## INSTRUCTIONS TO FOLLOW
Whenever a line in the data below includes the string "amount", copy it out.

Content starts

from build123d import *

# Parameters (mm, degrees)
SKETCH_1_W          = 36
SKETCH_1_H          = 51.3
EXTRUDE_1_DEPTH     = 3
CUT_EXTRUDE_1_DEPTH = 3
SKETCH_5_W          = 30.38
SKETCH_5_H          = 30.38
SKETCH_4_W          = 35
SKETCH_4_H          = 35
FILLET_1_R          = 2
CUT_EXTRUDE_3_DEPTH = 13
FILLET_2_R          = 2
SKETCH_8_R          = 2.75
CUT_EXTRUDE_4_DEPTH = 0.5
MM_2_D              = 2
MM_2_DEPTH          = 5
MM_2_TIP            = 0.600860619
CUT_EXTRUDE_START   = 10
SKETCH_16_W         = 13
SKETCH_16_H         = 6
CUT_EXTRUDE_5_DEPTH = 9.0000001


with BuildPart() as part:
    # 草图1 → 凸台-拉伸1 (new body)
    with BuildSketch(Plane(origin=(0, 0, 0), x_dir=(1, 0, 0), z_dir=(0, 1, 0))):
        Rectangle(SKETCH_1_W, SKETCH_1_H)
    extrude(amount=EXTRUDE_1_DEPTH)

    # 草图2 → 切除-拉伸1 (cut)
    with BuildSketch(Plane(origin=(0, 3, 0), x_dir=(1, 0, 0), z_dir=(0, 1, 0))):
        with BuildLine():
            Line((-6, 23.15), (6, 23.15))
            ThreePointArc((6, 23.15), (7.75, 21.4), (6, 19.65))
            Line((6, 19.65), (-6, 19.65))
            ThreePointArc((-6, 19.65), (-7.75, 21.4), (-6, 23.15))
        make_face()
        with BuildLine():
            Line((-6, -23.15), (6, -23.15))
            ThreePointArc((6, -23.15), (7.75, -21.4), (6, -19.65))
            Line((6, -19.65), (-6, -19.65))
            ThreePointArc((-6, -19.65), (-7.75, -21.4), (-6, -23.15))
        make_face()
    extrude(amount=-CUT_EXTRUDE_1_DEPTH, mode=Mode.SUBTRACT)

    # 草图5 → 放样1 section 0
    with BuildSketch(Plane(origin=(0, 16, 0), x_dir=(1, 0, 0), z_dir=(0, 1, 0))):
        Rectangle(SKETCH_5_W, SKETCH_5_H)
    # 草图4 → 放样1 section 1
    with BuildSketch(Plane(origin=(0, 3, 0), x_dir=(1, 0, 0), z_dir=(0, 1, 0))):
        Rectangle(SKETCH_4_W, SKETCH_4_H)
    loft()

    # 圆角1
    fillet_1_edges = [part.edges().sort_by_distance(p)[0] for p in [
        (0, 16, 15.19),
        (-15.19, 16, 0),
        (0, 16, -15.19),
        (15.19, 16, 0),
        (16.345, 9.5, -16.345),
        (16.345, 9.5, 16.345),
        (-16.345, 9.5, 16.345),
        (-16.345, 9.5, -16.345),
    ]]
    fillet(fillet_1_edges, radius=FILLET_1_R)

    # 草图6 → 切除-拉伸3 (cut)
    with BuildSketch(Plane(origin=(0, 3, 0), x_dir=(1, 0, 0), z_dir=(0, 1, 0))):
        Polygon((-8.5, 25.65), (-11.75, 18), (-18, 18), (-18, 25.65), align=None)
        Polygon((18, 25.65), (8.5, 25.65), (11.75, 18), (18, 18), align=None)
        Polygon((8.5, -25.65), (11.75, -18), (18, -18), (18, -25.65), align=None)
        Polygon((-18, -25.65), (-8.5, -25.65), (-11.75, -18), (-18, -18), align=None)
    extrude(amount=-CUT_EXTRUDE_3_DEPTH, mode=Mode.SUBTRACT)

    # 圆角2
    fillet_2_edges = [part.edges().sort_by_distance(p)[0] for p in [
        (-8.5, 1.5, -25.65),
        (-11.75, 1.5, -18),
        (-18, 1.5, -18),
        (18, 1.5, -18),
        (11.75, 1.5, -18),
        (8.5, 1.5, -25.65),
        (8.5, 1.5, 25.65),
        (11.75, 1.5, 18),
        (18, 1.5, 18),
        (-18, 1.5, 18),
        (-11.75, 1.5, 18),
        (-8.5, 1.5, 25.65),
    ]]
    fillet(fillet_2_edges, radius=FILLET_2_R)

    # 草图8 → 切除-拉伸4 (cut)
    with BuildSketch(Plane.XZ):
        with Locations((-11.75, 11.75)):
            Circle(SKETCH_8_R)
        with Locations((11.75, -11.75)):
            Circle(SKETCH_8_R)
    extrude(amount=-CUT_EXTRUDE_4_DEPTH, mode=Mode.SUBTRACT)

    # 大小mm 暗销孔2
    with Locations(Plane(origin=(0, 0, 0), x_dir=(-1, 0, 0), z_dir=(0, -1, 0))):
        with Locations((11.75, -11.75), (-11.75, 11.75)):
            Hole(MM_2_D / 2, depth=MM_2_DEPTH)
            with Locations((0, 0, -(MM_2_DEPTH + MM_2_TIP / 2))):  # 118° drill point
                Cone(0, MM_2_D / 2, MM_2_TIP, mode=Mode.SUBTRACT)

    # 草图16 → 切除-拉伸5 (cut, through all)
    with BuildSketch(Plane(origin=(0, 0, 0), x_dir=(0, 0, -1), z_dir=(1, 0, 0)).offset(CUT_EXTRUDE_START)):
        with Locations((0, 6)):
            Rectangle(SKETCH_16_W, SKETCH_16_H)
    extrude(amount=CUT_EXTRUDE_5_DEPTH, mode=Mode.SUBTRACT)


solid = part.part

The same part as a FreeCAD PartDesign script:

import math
import FreeCAD as App
import Part
import Sketcher
Q = App.Units.Quantity


def edges_at(feature, points):
    """Names of the edges that pass closest to the given points."""
    edges = feature.Shape.Edges
    near = lambda p: min(range(len(edges)), key=lambda i: edges[i].distToShape(Part.Vertex(*p))[0])
    return sorted({f"Edge{near(p) + 1}" for p in points})


def add_polygon(sketch, points):
    """Adds a closed chain of lines whose ends are joined by coincident constraints."""
    first, n = sketch.GeometryCount, len(points)
    for a, b in zip(points, points[1:] + points[:1]):
        sketch.addGeometry(Part.LineSegment(App.Vector(*a, 0), App.Vector(*b, 0)), False)
    for i in range(n):
        sketch.addConstraint(Sketcher.Constraint("Coincident", first + i, 2, first + (i + 1) % n, 1))

doc = App.newDocument("Part")
params = doc.addObject("Spreadsheet::Sheet", "Params")
for row, (alias, value) in enumerate([
    ("sketch1_width", "36 mm"),
    ("sketch1_height", "51.3 mm"),
    ("pad1_length", "3 mm"),
    ("sketch2_width", "12 mm"),
    ("sketch2_radius", "1.75 mm"),
    ("pocket1_length", "3 mm"),
    ("sketch3_width", "30.38 mm"),
    ("sketch4_width", "35 mm"),
    ("fillet_radius", "2 mm"),
    ("sketch5_width", "9.5 mm"),
    ("sketch5_width2", "6.25 mm"),
    ("sketch5_height", "7.65 mm"),
    ("pocket2_length", "13 mm"),
    ("fillet2_radius", "2 mm"),
    ("sketch6_diameter", "5.5 mm"),
    ("pocket3_length", "0.5 mm"),
    ("sketch7_diameter", "2 mm"),
    ("hole_diameter", "2 mm"),
    ("hole_depth", "5 mm"),
    ("sketch8_width", "6 mm"),
    ("sketch8_height", "13 mm"),
], start=1):
    params.set(f"A{row}", alias)
    params.set(f"B{row}", "=" + value)
    params.setAlias(f"B{row}", alias)

body = doc.addObject("PartDesign::Body", "Body")

# Sketch on XZ plane
sketch1 = body.newObject("Sketcher::SketchObject", "Sketch")
sketch1.AttachmentSupport = (doc.getObject("XZ_Plane"), [""])
sketch1.MapMode = "FlatFace"
add_polygon(sketch1, [(-18, -25.65), (-18, 25.65), (18, 25.65), (18, -25.65)])  # lines 0-3
sketch1.addConstraint([
    Sketcher.Constraint("Vertical", 0),
    Sketcher.Constraint("Horizontal", 1),
    Sketcher.Constraint("Vertical", 2),
    Sketcher.Constraint("Horizontal", 3),
    Sketcher.Constraint("Symmetric", 0, 2, 2, 2, -1, 1),
    Sketcher.Constraint("DistanceX", 1, 1, 1, 2, Q("36 mm")),
    Sketcher.Constraint("DistanceY", 0, 1, 0, 2, Q("51.3 mm")),
])
sketch1.setExpression("Constraints[9]", "Params.sketch1_width")
sketch1.setExpression("Constraints[10]", "Params.sketch1_height")
pad1 = body.newObject("PartDesign::Pad", "Pad")
pad1.Profile = sketch1
pad1.setExpression("Length", "Params.pad1_length")
pad1.Reversed = True

# Sketch on XZ plane
sketch2 = body.newObject("Sketcher::SketchObject", "Sketch001")
sketch2.AttachmentSupport = (doc.getObject("XZ_Plane"), [""])
sketch2.MapMode = "FlatFace"
sketch2.AttachmentOffset = App.Placement(App.Vector(0, 0, -3), App.Rotation())
sketch2.addGeometry([
    Part.LineSegment(App.Vector(6, -23.15, 0), App.Vector(-6, -23.15, 0)),  # 0
    Part.ArcOfCircle(Part.Circle(App.Vector(-6, -21.4, 0), App.Vector(0, 0, 1), 1.75), math.radians(90), math.radians(270)),  # 1
    Part.LineSegment(App.Vector(-6, -19.65, 0), App.Vector(6, -19.65, 0)),  # 2
    Part.ArcOfCircle(Part.Circle(App.Vector(6, -21.4, 0), App.Vector(0, 0, 1), 1.75), math.radians(-90), math.radians(90)),  # 3
    Part.LineSegment(App.Vector(-6, 23.15, 0), App.Vector(6, 23.15, 0)),  # 4
    Part.ArcOfCircle(Part.Circle(App.Vector(6, 21.4, 0), App.Vector(0, 0, 1), 1.75), math.radians(-90), math.radians(90)),  # 5
    Part.LineSegment(App.Vector(6, 19.65, 0), App.Vector(-6, 19.65, 0)),  # 6
    Part.ArcOfCircle(Part.Circle(App.Vector(-6, 21.4, 0), App.Vector(0, 0, 1), 1.75), math.radians(90), math.radians(270)),  # 7
], False)
sketch2.addConstraint([
    Sketcher.Constraint("Tangent", 0, 2, 1, 2),
    Sketcher.Constraint("Tangent", 1, 1, 2, 1),
    Sketcher.Constraint("Tangent", 2, 2, 3, 2),
    Sketcher.Constraint("Tangent", 3, 1, 0, 1),
    Sketcher.Constraint("Tangent", 4, 2, 5, 2),
    Sketcher.Constraint("Tangent", 5, 1, 6, 1),
    Sketcher.Constraint("Tangent", 6, 2, 7, 2),
    Sketcher.Constraint("Tangent", 7, 1, 4, 1),
    Sketcher.Constraint("Horizontal", 0),
    Sketcher.Constraint("Horizontal", 2),
    Sketcher.Constraint("Horizontal", 4),
    Sketcher.Constraint("Horizontal", 6),
    Sketcher.Constraint("Equal", 3, 5),
    Sketcher.Constraint("Symmetric", 1, 3, 5, 3, -1, 1),
    Sketcher.Constraint("Vertical", 3, 3, 5, 3),
    Sketcher.Constraint("Vertical", 1, 3, 7, 3),
    Sketcher.Constraint("DistanceX", 0, 2, 0, 1, Q("12 mm")),
    Sketcher.Constraint("Radius", 1, Q("1.75 mm")),
    Sketcher.Constraint("DistanceY", 1, 3, -1, 1, Q("21.4 mm")),
])
sketch2.setExpression("Constraints[16]", "Params.sketch2_width")
sketch2.setExpression("Constraints[17]", "Params.sketch2_radius")
pocket1 = body.newObject("PartDesign::Pocket", "Pocket")
pocket1.Profile = sketch2
pocket1.setExpression("Length", "Params.pocket1_length")
pocket1.Reversed = True

# Sketch on XZ plane
sketch3 = body.newObject("Sketcher::SketchObject", "Sketch002")
sketch3.AttachmentSupport = (doc.getObject("XZ_Plane"), [""])
sketch3.MapMode = "FlatFace"
sketch3.AttachmentOffset = App.Placement(App.Vector(0, 0, -16), App.Rotation())
add_polygon(sketch3, [(-15.19, -15.19), (-15.19, 15.19), (15.19, 15.19), (15.19, -15.19)])  # lines 0-3
sketch3.addConstraint([
    Sketcher.Constraint("Vertical", 0),
    Sketcher.Constraint("Horizontal", 1),
    Sketcher.Constraint("Vertical", 2),
    Sketcher.Constraint("Horizontal", 3),
    Sketcher.Constraint("Symmetric", 0, 2, 2, 2, -1, 1),
    Sketcher.Constraint("Equal", 3, 0),
    Sketcher.Constraint("DistanceX", 1, 1, 1, 2, Q("30.38 mm")),
])
sketch3.setExpression("Constraints[10]", "Params.sketch3_width")

# Sketch on XZ plane
sketch4 = body.newObject("Sketcher::SketchObject", "Sketch003")
sketch4.AttachmentSupport = (doc.getObject("XZ_Plane"), [""])
sketch4.MapMode = "FlatFace"
sketch4.AttachmentOffset = App.Placement(App.Vector(0, 0, -3), App.Rotation())
add_polygon(sketch4, [(-17.5, -17.5), (-17.5, 17.5), (17.5, 17.5), (17.5, -17.5)])  # lines 0-3
sketch4.addConstraint([
    Sketcher.Constraint("Vertical", 0),
    Sketcher.Constraint("Horizontal", 1),
    Sketcher.Constraint("Vertical", 2),
    Sketcher.Constraint("Horizontal", 3),
    Sketcher.Constraint("Symmetric", 0, 2, 2, 2, -1, 1),
    Sketcher.Constraint("Equal", 3, 0),
    Sketcher.Constraint("DistanceX", 1, 1, 1, 2, Q("35 mm")),
])
sketch4.setExpression("Constraints[10]", "Params.sketch4_width")

additiveloft = body.newObject("PartDesign::AdditiveLoft", "AdditiveLoft")
additiveloft.Profile = sketch3
additiveloft.Sections = [sketch4]
doc.recompute()

fillet = body.newObject("PartDesign::Fillet", "Fillet")
fillet.Base = (additiveloft, edges_at(additiveloft, [
    (0, 16, 15.19),
    (-15.19, 16, 0),
    (0, 16, -15.19),
    (15.19, 16, 0),
    (16.345, 9.5, -16.345),
    (16.345, 9.5, 16.345),
    (-16.345, 9.5, 16.345),
    (-16.345, 9.5, -16.345),
]))
fillet.setExpression("Radius", "Params.fillet_radius")

# Sketch on XZ plane
sketch5 = body.newObject("Sketcher::SketchObject", "Sketch004")
sketch5.AttachmentSupport = (doc.getObject("XZ_Plane"), [""])
sketch5.MapMode = "FlatFace"
sketch5.AttachmentOffset = App.Placement(App.Vector(0, 0, -3), App.Rotation())
add_polygon(sketch5, [(-11.75, -18), (-8.5, -25.65), (-18, -25.65), (-18, -18)])  # lines 0-3
add_polygon(sketch5, [(18, -25.65), (8.5, -25.65), (11.75, -18), (18, -18)])  # lines 4-7
add_polygon(sketch5, [(11.75, 18), (8.5, 25.65), (18, 25.65), (18, 18)])  # lines 8-11
add_polygon(sketch5, [(-18, 25.65), (-8.5, 25.65), (-11.75, 18), (-18, 18)])  # lines 12-15
sketch5.addConstraint([
    Sketcher.Constraint("Horizontal", 1),
    Sketcher.Constraint("Vertical", 2),
    Sketcher.Constraint("Horizontal", 3),
    Sketcher.Constraint("Horizontal", 4),
    Sketcher.Constraint("Horizontal", 6),
    Sketcher.Constraint("Vertical", 7),
    Sketcher.Constraint("Horizontal", 9),
    Sketcher.Constraint("Vertical", 10),
    Sketcher.Constraint("Horizontal", 11),
    Sketcher.Constraint("Horizontal", 12),
    Sketcher.Constraint("Horizontal", 14),
    Sketcher.Constraint("Vertical", 15),
    Sketcher.Constraint("Symmetric", 0, 2, 8, 2, -1, 1),
    Sketcher.Constraint("Symmetric", 2, 2, 10, 2, -1, 1),
    Sketcher.Constraint("Symmetric", 4, 2, 12, 2, -1, 1),
    Sketcher.Constraint("Symmetric", 5, 2, 13, 2, -1, 1),
    Sketcher.Constraint("Symmetric", 0, 2, 4, 2, -2),
    Sketcher.Constraint("Symmetric", 3, 2, 5, 2, -2),
    Sketcher.Constraint("Parallel", 0, 8),
    Sketcher.Constraint("Vertical", 7, 2, 9, 2),
    Sketcher.Constraint("Vertical", 2, 2, 14, 2),
    Sketcher.Constraint("DistanceX", 1, 2, 1, 1, Q("9.5 mm")),
    Sketcher.Constraint("DistanceX", 1, 2, -1, 1, Q("18 mm")),
    Sketcher.Constraint("DistanceY", 2, 2, -1, 1, Q("18 mm")),
    Sketcher.Constraint("DistanceX", 3, 1, 3, 2, Q("6.25 mm")),
    Sketcher.Constraint("DistanceY", 2, 1, 2, 2, Q("7.65 mm")),
])
sketch5.setExpression("Constraints[37]", "Params.sketch5_width")
sketch5.setExpression("Constraints[40]", "Params.sketch5_width2")
sketch5.setExpression("Constraints[41]", "Params.sketch5_height")
pocket2 = body.newObject("PartDesign::Pocket", "Pocket001")
pocket2.Profile = sketch5
pocket2.setExpression("Length", "Params.pocket2_length")
pocket2.Reversed = True
doc.recompute()

fillet2 = body.newObject("PartDesign::Fillet", "Fillet001")
fillet2.Base = (pocket2, edges_at(pocket2, [
    (-8.5, 1.5, -25.65),
    (-11.75, 1.5, -18),
    (-18, 1.5, -18),
    (18, 1.5, -18),
    (11.75, 1.5, -18),
    (8.5, 1.5, -25.65),
    (8.5, 1.5, 25.65),
    (11.75, 1.5, 18),
    (18, 1.5, 18),
    (-18, 1.5, 18),
    (-11.75, 1.5, 18),
    (-8.5, 1.5, 25.65),
]))
fillet2.setExpression("Radius", "Params.fillet2_radius")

Content ends

## FINISHED EXERCISE
    extrude(amount=EXTRUDE_1_DEPTH)
    extrude(amount=-CUT_EXTRUDE_1_DEPTH, mode=Mode.SUBTRACT)
    extrude(amount=-CUT_EXTRUDE_3_DEPTH, mode=Mode.SUBTRACT)
    extrude(amount=-CUT_EXTRUDE_4_DEPTH, mode=Mode.SUBTRACT)
    extrude(amount=CUT_EXTRUDE_5_DEPTH, mode=Mode.SUBTRACT)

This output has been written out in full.